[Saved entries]

>>>>>

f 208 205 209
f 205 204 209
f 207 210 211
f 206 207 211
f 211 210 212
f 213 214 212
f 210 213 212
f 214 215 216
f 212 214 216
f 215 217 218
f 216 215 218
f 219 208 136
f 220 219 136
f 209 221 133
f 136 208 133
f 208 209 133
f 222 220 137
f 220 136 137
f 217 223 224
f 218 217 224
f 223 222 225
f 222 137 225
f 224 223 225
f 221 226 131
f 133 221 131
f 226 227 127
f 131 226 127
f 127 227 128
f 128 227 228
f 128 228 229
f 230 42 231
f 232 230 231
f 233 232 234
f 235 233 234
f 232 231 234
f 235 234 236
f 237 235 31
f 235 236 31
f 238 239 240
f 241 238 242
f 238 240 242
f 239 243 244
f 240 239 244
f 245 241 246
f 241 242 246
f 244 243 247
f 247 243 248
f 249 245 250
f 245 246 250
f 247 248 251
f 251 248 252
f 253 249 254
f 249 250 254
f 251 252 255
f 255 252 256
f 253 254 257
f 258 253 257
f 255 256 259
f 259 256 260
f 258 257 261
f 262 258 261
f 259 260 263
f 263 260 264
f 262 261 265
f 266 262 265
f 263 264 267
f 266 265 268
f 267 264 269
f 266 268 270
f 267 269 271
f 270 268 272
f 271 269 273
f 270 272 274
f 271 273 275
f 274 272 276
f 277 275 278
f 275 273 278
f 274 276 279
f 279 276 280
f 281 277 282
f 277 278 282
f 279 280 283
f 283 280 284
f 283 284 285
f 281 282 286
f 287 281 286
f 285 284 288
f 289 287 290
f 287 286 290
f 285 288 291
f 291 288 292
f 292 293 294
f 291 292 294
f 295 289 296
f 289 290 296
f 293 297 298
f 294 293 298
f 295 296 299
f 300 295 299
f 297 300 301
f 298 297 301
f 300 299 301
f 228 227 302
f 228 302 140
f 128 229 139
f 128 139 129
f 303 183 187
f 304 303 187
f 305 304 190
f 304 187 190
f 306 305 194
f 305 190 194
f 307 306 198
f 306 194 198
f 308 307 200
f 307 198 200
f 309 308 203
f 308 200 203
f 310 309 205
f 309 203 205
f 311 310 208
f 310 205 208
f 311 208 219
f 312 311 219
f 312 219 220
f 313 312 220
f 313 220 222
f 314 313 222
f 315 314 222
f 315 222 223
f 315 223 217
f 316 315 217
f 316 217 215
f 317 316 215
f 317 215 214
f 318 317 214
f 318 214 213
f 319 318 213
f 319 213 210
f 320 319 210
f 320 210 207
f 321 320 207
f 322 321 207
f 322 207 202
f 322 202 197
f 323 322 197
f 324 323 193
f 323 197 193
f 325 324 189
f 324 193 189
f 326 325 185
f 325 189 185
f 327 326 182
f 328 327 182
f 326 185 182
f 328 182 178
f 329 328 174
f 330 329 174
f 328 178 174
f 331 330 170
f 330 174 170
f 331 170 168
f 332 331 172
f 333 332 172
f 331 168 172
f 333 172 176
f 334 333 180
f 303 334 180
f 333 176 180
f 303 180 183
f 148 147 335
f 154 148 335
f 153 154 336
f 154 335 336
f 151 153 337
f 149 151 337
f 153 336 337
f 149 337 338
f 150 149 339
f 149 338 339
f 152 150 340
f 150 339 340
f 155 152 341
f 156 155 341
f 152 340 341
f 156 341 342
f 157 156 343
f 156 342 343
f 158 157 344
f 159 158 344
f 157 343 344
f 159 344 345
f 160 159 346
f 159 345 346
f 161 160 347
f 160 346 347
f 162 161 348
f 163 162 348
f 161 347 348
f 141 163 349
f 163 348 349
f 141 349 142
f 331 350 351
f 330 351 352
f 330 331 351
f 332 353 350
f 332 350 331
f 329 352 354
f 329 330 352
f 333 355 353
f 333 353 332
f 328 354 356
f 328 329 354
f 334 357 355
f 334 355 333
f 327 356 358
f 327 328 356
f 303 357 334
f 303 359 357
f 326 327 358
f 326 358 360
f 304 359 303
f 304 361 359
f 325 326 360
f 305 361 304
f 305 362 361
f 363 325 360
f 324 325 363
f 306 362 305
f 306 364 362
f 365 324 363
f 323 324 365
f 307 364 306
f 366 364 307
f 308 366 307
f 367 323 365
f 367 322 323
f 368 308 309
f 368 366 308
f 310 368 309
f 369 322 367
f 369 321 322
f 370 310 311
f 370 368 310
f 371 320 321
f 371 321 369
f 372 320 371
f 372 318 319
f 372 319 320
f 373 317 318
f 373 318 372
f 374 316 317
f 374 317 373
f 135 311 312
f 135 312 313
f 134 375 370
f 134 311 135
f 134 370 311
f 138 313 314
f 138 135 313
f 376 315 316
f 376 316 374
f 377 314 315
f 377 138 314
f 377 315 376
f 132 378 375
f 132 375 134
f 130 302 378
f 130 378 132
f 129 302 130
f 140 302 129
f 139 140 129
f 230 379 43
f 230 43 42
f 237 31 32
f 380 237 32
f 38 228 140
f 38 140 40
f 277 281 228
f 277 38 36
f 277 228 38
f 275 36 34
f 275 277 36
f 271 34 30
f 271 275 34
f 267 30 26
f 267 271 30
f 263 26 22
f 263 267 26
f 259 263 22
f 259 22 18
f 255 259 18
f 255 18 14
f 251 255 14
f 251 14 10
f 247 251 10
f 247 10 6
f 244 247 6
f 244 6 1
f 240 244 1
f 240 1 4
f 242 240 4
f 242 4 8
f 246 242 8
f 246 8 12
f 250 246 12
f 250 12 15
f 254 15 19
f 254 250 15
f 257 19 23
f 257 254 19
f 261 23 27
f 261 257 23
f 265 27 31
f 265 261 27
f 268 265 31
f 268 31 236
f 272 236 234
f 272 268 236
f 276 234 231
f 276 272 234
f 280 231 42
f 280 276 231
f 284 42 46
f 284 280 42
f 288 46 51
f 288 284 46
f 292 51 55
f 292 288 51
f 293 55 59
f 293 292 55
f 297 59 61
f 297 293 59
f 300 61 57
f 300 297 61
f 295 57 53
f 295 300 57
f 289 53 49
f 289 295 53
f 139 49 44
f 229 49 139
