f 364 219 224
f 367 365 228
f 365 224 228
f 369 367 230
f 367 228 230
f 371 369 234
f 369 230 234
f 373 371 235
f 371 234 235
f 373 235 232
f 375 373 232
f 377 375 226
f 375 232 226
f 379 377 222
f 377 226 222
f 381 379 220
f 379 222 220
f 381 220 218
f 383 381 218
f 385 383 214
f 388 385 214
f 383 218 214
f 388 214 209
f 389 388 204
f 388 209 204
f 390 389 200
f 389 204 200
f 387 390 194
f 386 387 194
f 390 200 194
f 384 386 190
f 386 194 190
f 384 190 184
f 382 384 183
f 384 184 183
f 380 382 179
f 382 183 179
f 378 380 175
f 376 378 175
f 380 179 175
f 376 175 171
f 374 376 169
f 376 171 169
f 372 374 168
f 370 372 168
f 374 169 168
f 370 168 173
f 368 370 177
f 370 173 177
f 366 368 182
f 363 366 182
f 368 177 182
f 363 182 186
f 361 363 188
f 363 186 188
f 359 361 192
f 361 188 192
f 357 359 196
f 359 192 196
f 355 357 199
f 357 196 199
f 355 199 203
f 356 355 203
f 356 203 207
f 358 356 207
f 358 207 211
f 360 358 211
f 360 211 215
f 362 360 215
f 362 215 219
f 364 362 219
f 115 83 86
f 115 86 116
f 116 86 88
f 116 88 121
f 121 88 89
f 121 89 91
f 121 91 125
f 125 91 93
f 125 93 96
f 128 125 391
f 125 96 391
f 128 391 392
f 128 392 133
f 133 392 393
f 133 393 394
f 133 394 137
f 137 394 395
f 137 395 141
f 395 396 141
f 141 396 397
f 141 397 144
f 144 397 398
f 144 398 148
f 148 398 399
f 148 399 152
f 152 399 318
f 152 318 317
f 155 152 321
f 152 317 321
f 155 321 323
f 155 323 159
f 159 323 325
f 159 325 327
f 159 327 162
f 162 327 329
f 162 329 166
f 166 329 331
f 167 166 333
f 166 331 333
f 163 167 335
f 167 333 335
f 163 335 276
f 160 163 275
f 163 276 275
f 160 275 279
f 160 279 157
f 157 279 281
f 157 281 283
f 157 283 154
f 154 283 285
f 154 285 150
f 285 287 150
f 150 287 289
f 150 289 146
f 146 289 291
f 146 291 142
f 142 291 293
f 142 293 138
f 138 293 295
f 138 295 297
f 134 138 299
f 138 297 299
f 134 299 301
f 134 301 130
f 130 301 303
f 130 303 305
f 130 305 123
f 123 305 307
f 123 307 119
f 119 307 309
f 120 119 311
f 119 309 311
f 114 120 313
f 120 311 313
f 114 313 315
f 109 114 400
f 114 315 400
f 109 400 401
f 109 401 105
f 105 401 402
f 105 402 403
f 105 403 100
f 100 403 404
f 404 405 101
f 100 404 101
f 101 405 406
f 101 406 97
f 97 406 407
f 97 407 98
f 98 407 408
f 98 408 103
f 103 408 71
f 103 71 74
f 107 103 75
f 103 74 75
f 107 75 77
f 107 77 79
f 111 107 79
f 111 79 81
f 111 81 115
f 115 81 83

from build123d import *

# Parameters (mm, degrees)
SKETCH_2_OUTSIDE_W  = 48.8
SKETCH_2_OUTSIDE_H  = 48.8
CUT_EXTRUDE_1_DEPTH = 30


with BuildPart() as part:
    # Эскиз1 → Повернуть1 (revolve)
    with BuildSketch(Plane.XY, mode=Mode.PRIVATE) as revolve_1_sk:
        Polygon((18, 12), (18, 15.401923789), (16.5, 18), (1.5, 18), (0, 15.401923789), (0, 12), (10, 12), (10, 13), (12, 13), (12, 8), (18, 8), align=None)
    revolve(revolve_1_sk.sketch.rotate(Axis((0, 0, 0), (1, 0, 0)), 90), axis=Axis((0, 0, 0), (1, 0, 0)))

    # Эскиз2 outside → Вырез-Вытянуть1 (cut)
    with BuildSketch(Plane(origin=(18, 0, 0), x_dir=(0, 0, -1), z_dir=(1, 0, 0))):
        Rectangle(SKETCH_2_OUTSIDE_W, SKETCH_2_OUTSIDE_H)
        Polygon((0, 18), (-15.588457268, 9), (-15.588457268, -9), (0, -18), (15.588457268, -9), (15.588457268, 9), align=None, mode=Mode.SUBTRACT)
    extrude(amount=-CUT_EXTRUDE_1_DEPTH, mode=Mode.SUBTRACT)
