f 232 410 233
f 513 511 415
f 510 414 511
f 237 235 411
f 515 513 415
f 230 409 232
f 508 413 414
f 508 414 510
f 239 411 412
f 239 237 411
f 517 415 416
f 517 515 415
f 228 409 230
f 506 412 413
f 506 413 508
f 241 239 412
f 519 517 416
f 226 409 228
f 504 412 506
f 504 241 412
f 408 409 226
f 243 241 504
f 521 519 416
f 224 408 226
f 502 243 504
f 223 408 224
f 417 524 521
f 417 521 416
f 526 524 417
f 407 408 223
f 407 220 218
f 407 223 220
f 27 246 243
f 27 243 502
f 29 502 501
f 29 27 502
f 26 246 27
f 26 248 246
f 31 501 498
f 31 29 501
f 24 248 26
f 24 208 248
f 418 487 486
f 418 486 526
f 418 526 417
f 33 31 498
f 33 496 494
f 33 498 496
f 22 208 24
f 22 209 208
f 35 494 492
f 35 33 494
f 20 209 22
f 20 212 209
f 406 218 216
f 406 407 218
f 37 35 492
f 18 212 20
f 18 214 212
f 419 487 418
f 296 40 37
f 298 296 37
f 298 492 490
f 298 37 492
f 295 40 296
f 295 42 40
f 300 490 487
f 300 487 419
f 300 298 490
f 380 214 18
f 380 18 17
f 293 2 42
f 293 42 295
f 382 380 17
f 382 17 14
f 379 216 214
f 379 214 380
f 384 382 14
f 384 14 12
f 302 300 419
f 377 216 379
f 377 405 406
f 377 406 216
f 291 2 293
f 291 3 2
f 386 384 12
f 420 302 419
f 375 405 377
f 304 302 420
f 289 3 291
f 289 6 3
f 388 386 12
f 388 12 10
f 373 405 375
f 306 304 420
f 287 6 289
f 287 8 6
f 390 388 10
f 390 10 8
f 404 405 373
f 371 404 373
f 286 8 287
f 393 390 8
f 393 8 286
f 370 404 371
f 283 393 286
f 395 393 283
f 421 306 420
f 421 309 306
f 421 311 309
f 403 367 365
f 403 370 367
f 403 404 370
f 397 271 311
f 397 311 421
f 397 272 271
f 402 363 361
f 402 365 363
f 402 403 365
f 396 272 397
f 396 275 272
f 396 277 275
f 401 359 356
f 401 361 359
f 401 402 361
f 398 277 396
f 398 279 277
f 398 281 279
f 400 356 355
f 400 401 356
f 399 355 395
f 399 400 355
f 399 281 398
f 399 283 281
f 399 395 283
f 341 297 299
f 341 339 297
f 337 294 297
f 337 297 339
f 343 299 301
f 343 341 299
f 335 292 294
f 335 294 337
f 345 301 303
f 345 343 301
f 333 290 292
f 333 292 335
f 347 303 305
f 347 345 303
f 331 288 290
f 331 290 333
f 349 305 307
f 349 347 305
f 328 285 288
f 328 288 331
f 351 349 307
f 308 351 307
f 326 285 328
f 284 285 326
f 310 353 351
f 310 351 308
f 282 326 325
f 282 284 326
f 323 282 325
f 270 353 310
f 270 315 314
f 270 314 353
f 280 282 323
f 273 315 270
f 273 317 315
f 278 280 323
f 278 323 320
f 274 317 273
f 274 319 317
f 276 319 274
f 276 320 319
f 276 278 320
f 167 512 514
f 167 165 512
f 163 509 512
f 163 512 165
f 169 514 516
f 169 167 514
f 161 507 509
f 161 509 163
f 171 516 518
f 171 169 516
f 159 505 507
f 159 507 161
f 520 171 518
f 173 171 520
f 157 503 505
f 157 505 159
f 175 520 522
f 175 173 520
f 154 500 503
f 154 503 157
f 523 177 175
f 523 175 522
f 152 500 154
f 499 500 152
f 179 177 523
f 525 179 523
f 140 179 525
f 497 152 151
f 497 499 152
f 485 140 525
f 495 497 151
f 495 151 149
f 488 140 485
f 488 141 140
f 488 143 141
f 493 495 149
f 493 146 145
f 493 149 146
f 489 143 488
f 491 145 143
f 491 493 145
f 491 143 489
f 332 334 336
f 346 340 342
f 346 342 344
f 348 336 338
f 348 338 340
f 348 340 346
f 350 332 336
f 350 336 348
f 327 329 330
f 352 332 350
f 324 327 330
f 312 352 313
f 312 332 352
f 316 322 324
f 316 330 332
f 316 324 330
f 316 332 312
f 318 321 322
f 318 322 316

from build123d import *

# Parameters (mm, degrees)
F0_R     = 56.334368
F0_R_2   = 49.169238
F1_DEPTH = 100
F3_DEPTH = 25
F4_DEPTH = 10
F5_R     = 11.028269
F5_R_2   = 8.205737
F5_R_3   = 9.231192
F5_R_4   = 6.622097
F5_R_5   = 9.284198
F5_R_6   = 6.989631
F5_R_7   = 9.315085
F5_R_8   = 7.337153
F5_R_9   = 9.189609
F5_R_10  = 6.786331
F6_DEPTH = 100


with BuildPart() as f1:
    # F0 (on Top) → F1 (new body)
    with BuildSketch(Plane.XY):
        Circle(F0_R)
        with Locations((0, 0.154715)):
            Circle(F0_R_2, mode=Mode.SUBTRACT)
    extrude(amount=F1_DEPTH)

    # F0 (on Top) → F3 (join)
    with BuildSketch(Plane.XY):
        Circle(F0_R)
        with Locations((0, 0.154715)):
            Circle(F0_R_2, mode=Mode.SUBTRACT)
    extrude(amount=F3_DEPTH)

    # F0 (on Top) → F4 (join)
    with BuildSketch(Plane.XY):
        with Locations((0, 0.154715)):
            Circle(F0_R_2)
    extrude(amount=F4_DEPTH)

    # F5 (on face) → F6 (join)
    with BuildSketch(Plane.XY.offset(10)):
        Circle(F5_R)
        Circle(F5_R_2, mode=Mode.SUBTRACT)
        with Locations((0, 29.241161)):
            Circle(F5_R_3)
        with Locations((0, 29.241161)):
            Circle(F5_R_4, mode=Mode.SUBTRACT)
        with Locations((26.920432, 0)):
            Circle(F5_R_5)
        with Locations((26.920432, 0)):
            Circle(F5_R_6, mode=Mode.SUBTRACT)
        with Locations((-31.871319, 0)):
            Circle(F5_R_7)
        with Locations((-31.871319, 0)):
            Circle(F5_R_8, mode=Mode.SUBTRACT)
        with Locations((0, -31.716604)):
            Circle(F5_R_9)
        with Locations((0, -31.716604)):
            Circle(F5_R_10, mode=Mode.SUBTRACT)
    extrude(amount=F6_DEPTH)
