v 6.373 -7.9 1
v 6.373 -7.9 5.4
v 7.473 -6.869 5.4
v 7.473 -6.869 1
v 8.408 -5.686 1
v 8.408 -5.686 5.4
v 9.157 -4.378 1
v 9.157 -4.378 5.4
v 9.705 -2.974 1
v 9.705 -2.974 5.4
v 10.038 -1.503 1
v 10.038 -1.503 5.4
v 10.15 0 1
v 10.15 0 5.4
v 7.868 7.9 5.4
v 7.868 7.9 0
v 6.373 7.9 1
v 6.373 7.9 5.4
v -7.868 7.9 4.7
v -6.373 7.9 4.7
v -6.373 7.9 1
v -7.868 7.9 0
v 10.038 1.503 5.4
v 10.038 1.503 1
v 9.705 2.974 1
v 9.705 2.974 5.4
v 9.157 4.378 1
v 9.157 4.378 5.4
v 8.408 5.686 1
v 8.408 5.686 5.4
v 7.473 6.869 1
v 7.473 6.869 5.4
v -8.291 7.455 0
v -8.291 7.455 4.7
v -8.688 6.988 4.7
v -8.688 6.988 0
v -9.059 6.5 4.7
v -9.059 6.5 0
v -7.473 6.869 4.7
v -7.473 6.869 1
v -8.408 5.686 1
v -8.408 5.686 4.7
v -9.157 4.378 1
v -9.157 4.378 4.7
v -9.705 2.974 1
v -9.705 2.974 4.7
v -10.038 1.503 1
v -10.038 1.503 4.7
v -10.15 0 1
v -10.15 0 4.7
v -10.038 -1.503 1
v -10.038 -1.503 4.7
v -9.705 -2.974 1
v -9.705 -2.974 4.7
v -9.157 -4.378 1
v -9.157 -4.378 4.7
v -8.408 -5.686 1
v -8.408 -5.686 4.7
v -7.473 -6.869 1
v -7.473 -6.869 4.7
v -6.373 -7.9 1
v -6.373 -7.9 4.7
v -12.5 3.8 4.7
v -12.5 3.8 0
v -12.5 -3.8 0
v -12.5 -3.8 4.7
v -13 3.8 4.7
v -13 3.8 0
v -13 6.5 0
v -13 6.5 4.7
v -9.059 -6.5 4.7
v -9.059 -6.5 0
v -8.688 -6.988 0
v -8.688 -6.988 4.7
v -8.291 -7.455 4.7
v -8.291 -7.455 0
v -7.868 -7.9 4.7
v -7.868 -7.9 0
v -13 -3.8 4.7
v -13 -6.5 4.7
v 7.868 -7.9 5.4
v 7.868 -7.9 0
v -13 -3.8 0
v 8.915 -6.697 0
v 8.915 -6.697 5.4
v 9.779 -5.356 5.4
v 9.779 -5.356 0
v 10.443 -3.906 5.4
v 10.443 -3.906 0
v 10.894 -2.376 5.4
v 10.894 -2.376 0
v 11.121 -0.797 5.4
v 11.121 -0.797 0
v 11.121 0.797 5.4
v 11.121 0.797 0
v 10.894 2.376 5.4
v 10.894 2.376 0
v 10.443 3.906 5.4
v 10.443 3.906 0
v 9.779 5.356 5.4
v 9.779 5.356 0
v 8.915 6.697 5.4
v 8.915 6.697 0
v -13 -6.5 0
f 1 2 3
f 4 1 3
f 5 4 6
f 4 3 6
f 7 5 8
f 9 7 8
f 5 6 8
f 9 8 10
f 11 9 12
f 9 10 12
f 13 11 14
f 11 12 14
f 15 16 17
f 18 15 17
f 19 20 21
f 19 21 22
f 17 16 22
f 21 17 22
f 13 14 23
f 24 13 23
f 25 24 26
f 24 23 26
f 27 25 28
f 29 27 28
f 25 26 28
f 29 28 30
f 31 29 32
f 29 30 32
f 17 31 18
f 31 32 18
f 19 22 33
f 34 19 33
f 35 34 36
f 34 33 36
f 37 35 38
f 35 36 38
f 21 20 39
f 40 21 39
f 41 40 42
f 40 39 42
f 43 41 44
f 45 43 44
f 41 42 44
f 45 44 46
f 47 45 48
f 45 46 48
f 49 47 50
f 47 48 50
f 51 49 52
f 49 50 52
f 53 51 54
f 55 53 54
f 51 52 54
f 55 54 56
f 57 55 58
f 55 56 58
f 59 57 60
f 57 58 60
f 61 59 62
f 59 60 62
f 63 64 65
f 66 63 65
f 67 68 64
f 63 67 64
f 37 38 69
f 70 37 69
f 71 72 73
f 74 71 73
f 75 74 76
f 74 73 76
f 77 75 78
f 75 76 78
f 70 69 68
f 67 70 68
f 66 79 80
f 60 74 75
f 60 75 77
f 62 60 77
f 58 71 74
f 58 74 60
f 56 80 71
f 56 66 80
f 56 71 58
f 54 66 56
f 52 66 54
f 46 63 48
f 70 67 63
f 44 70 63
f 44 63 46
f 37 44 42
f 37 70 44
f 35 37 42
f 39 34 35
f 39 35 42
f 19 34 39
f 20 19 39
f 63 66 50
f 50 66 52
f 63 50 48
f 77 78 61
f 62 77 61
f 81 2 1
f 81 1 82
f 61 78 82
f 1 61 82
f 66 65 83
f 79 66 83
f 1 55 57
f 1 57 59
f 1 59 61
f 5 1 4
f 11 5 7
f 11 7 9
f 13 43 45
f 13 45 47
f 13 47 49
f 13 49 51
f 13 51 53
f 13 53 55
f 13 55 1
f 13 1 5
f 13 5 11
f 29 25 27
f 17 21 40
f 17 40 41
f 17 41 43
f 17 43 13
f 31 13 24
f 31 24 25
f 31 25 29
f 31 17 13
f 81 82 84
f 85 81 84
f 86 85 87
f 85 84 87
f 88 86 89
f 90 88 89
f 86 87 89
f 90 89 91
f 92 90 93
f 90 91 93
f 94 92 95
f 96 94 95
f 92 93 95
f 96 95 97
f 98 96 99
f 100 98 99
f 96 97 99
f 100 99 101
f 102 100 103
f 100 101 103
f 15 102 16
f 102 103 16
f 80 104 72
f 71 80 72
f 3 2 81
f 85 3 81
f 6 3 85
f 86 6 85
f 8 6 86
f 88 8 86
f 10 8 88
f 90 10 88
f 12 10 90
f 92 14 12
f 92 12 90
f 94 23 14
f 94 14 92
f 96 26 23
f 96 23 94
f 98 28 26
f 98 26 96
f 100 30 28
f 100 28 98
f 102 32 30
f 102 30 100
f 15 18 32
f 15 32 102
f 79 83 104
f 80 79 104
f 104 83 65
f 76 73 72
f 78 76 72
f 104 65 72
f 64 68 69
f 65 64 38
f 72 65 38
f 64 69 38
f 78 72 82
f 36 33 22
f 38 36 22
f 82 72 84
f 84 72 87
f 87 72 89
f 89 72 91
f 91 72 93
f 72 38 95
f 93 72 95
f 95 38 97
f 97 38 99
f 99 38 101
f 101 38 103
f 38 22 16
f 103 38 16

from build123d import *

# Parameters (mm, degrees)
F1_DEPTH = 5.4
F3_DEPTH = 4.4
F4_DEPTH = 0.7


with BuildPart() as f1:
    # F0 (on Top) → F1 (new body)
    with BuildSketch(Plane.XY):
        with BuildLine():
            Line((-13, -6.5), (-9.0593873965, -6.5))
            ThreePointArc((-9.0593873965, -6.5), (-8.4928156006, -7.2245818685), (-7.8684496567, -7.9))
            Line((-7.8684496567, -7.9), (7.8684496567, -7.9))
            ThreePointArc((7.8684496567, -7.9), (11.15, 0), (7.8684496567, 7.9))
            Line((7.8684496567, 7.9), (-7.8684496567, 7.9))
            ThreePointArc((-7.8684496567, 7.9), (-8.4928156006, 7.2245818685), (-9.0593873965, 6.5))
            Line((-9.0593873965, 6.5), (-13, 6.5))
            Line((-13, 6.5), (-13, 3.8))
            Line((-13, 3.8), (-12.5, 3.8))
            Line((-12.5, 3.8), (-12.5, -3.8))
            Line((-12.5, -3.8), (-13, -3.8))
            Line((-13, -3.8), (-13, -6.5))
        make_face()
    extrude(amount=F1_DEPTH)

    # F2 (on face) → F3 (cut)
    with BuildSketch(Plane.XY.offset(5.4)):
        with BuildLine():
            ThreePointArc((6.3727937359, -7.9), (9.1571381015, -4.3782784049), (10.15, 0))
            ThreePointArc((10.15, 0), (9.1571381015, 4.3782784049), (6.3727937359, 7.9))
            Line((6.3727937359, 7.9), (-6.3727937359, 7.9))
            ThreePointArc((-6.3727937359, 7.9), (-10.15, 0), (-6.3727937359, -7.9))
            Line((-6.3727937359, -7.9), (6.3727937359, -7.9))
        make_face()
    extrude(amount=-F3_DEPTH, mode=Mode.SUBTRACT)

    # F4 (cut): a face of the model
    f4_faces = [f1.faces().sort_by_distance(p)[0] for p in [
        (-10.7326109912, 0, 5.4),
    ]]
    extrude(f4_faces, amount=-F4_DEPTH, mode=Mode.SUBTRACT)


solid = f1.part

<<<<<
>>>>>

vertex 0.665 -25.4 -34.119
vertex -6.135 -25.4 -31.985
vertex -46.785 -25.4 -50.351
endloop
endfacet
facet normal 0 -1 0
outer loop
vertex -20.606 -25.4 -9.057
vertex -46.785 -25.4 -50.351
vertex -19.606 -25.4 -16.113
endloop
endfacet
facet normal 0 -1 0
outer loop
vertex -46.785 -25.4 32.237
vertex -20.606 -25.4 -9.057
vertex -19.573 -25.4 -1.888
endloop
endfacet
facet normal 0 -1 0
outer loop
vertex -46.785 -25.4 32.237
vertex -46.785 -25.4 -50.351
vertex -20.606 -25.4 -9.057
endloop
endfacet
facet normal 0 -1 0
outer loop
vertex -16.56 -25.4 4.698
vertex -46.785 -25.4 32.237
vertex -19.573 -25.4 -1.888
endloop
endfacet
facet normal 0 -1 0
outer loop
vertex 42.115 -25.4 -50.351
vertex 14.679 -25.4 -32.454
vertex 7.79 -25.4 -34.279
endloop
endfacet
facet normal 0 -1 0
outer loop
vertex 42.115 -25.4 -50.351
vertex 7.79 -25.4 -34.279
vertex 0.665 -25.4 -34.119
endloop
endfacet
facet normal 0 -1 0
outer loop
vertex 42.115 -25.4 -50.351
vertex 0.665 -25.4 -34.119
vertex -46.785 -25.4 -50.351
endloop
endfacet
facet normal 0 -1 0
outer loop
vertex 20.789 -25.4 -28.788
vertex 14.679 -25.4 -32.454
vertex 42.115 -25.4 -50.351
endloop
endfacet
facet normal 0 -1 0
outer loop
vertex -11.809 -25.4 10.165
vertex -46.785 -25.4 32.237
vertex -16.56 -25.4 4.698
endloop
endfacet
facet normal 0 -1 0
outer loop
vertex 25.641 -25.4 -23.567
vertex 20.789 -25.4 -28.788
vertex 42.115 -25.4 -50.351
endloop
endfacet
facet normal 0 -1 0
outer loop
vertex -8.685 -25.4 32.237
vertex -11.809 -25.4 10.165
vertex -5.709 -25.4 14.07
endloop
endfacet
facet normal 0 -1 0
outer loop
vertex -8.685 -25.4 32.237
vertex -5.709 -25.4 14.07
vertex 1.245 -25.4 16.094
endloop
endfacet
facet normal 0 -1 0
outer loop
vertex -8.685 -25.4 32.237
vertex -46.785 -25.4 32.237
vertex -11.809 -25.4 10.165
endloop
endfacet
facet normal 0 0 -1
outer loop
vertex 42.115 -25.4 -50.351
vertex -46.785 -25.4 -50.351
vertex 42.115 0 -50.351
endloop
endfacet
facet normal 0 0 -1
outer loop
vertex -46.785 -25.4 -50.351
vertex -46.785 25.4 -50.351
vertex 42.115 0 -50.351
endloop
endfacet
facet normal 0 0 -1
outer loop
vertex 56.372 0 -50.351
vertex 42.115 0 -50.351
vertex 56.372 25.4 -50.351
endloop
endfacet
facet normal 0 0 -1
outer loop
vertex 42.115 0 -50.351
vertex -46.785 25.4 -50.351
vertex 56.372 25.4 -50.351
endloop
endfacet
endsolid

<<<<<

WHAT THIS TASK INVOLVES: What you give back must be the stretch above, starting at the line with "f 208 205 209" and ending at the line with "f 235 236 31", copied exactly.

EXPECTED ANSWER:
f 208 205 209
f 205 204 209
f 207 210 211
f 206 207 211
f 211 210 212
f 213 214 212
f 210 213 212
f 214 215 216
f 212 214 216
f 215 217 218
f 216 215 218
f 219 208 136
f 220 219 136
f 209 221 133
f 136 208 133
f 208 209 133
f 222 220 137
f 220 136 137
f 217 223 224
f 218 217 224
f 223 222 225
f 222 137 225
f 224 223 225
f 221 226 131
f 133 221 131
f 226 227 127
f 131 226 127
f 127 227 128
f 128 227 228
f 128 228 229
f 230 42 231
f 232 230 231
f 233 232 234
f 235 233 234
f 232 231 234
f 235 234 236
f 237 235 31
f 235 236 31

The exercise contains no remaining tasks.